When you reach the line that contains "FILE_NAME('','',(''),(''),'','','');" in the data below, start reproducing lines exactly, and stop after the line that contains "#48=AXIS2_PLACEMENT_3D('',#47,#16,#17);".
┌─ DATA EXTRACT
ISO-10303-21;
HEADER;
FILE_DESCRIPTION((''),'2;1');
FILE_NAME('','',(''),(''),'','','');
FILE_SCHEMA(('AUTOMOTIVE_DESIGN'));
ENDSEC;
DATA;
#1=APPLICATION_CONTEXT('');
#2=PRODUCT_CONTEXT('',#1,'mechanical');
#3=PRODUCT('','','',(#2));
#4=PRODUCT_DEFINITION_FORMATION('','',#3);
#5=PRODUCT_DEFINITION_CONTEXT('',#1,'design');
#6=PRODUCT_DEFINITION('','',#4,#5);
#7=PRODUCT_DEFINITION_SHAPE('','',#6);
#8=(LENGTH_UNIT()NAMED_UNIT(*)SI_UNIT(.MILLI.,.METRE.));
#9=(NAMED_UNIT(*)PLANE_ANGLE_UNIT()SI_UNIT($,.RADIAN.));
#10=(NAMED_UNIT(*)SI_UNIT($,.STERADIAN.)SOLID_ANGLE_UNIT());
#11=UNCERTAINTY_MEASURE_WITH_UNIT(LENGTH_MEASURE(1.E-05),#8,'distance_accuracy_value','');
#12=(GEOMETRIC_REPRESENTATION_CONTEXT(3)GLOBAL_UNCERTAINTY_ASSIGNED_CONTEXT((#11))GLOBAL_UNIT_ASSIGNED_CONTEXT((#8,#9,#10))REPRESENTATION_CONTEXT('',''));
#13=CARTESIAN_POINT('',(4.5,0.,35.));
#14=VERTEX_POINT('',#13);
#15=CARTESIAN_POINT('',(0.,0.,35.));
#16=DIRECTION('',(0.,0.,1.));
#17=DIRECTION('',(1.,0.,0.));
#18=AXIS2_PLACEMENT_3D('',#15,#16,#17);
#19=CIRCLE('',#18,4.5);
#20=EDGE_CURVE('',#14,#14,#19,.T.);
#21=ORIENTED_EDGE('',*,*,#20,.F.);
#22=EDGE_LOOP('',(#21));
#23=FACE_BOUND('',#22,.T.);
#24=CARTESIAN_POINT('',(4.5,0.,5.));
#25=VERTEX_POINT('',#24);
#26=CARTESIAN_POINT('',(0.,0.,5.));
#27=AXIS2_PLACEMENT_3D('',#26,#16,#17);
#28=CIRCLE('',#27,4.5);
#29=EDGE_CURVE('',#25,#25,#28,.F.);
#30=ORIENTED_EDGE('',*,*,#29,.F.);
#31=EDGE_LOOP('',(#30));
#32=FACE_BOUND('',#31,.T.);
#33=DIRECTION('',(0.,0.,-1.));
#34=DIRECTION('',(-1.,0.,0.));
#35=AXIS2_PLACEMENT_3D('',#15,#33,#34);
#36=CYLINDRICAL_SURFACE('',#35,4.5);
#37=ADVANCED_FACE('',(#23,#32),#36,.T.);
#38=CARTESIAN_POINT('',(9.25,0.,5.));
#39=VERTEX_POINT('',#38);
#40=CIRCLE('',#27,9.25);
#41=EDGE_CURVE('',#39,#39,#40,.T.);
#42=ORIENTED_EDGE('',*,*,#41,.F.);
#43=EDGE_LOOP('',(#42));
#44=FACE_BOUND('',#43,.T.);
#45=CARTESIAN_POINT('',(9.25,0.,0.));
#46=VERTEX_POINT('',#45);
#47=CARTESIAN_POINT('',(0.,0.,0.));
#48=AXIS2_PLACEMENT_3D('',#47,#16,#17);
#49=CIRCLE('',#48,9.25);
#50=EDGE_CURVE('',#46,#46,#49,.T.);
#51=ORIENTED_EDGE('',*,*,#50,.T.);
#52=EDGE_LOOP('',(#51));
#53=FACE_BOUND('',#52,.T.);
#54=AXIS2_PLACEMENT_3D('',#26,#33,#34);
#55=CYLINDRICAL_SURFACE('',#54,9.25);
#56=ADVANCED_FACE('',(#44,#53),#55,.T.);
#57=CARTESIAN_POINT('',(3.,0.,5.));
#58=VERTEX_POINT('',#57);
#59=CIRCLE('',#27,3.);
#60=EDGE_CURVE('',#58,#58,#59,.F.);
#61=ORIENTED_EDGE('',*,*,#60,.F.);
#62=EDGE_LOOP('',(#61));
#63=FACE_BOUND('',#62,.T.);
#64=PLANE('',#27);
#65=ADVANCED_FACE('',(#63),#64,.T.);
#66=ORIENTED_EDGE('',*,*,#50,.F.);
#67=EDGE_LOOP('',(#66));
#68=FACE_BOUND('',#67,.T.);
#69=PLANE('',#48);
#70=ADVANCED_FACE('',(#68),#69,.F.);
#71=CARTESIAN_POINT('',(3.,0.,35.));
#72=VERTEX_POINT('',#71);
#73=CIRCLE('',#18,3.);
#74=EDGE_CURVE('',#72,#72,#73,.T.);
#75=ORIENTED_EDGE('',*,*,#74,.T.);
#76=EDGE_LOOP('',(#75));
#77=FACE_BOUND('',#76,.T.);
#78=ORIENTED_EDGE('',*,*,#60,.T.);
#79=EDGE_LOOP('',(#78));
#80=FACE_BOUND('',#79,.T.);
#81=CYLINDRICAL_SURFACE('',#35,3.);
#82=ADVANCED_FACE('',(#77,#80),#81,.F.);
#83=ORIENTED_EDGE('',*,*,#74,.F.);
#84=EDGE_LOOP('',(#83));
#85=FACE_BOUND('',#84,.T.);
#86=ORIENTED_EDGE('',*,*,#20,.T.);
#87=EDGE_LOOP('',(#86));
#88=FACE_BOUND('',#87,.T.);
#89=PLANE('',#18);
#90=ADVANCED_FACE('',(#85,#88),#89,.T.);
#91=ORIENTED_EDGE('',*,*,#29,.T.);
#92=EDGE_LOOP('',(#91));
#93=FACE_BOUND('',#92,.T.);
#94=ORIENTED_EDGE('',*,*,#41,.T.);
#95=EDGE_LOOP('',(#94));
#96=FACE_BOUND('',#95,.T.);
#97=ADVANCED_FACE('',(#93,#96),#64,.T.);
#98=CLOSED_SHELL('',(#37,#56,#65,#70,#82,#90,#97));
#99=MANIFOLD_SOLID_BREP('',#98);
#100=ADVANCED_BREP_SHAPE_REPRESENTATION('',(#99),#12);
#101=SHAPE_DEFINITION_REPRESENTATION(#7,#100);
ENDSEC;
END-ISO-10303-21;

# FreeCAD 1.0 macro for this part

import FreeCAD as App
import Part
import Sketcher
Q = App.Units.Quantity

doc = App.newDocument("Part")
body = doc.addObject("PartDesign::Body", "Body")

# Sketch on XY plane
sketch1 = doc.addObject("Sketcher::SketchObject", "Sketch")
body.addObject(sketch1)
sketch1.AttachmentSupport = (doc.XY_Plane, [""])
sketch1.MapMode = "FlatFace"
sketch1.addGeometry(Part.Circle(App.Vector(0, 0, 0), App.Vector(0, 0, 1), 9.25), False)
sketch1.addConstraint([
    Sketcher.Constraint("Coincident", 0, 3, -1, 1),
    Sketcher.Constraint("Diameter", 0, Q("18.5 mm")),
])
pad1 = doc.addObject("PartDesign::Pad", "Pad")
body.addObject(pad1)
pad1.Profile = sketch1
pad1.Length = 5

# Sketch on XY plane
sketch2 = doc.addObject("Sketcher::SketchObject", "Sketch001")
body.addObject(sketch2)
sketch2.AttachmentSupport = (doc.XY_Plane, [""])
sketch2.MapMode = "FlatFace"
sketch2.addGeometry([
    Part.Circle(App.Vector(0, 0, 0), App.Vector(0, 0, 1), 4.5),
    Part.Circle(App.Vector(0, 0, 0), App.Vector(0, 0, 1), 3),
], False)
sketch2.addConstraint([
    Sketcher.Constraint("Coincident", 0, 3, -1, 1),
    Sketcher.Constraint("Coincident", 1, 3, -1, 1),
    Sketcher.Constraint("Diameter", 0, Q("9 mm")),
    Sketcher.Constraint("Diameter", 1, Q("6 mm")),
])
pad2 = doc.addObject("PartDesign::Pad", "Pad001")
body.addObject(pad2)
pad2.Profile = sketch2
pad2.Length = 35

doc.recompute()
└─
* [EXERCISE ANSWER]
FILE_NAME('','',(''),(''),'','','');
FILE_SCHEMA(('AUTOMOTIVE_DESIGN'));
ENDSEC;
DATA;
#1=APPLICATION_CONTEXT('');
#2=PRODUCT_CONTEXT('',#1,'mechanical');
#3=PRODUCT('','','',(#2));
#4=PRODUCT_DEFINITION_FORMATION('','',#3);
#5=PRODUCT_DEFINITION_CONTEXT('',#1,'design');
#6=PRODUCT_DEFINITION('','',#4,#5);
#7=PRODUCT_DEFINITION_SHAPE('','',#6);
#8=(LENGTH_UNIT()NAMED_UNIT(*)SI_UNIT(.MILLI.,.METRE.));
#9=(NAMED_UNIT(*)PLANE_ANGLE_UNIT()SI_UNIT($,.RADIAN.));
#10=(NAMED_UNIT(*)SI_UNIT($,.STERADIAN.)SOLID_ANGLE_UNIT());
#11=UNCERTAINTY_MEASURE_WITH_UNIT(LENGTH_MEASURE(1.E-05),#8,'distance_accuracy_value','');
#12=(GEOMETRIC_REPRESENTATION_CONTEXT(3)GLOBAL_UNCERTAINTY_ASSIGNED_CONTEXT((#11))GLOBAL_UNIT_ASSIGNED_CONTEXT((#8,#9,#10))REPRESENTATION_CONTEXT('',''));
#13=CARTESIAN_POINT('',(4.5,0.,35.));
#14=VERTEX_POINT('',#13);
#15=CARTESIAN_POINT('',(0.,0.,35.));
#16=DIRECTION('',(0.,0.,1.));
#17=DIRECTION('',(1.,0.,0.));
#18=AXIS2_PLACEMENT_3D('',#15,#16,#17);
#19=CIRCLE('',#18,4.5);
#20=EDGE_CURVE('',#14,#14,#19,.T.);
#21=ORIENTED_EDGE('',*,*,#20,.F.);
#22=EDGE_LOOP('',(#21));
#23=FACE_BOUND('',#22,.T.);
#24=CARTESIAN_POINT('',(4.5,0.,5.));
#25=VERTEX_POINT('',#24);
#26=CARTESIAN_POINT('',(0.,0.,5.));
#27=AXIS2_PLACEMENT_3D('',#26,#16,#17);
#28=CIRCLE('',#27,4.5);
#29=EDGE_CURVE('',#25,#25,#28,.F.);
#30=ORIENTED_EDGE('',*,*,#29,.F.);
#31=EDGE_LOOP('',(#30));
#32=FACE_BOUND('',#31,.T.);
#33=DIRECTION('',(0.,0.,-1.));
#34=DIRECTION('',(-1.,0.,0.));
#35=AXIS2_PLACEMENT_3D('',#15,#33,#34);
#36=CYLINDRICAL_SURFACE('',#35,4.5);
#37=ADVANCED_FACE('',(#23,#32),#36,.T.);
#38=CARTESIAN_POINT('',(9.25,0.,5.));
#39=VERTEX_POINT('',#38);
#40=CIRCLE('',#27,9.25);
#41=EDGE_CURVE('',#39,#39,#40,.T.);
#42=ORIENTED_EDGE('',*,*,#41,.F.);
#43=EDGE_LOOP('',(#42));
#44=FACE_BOUND('',#43,.T.);
#45=CARTESIAN_POINT('',(9.25,0.,0.));
#46=VERTEX_POINT('',#45);
#47=CARTESIAN_POINT('',(0.,0.,0.));
#48=AXIS2_PLACEMENT_3D('',#47,#16,#17);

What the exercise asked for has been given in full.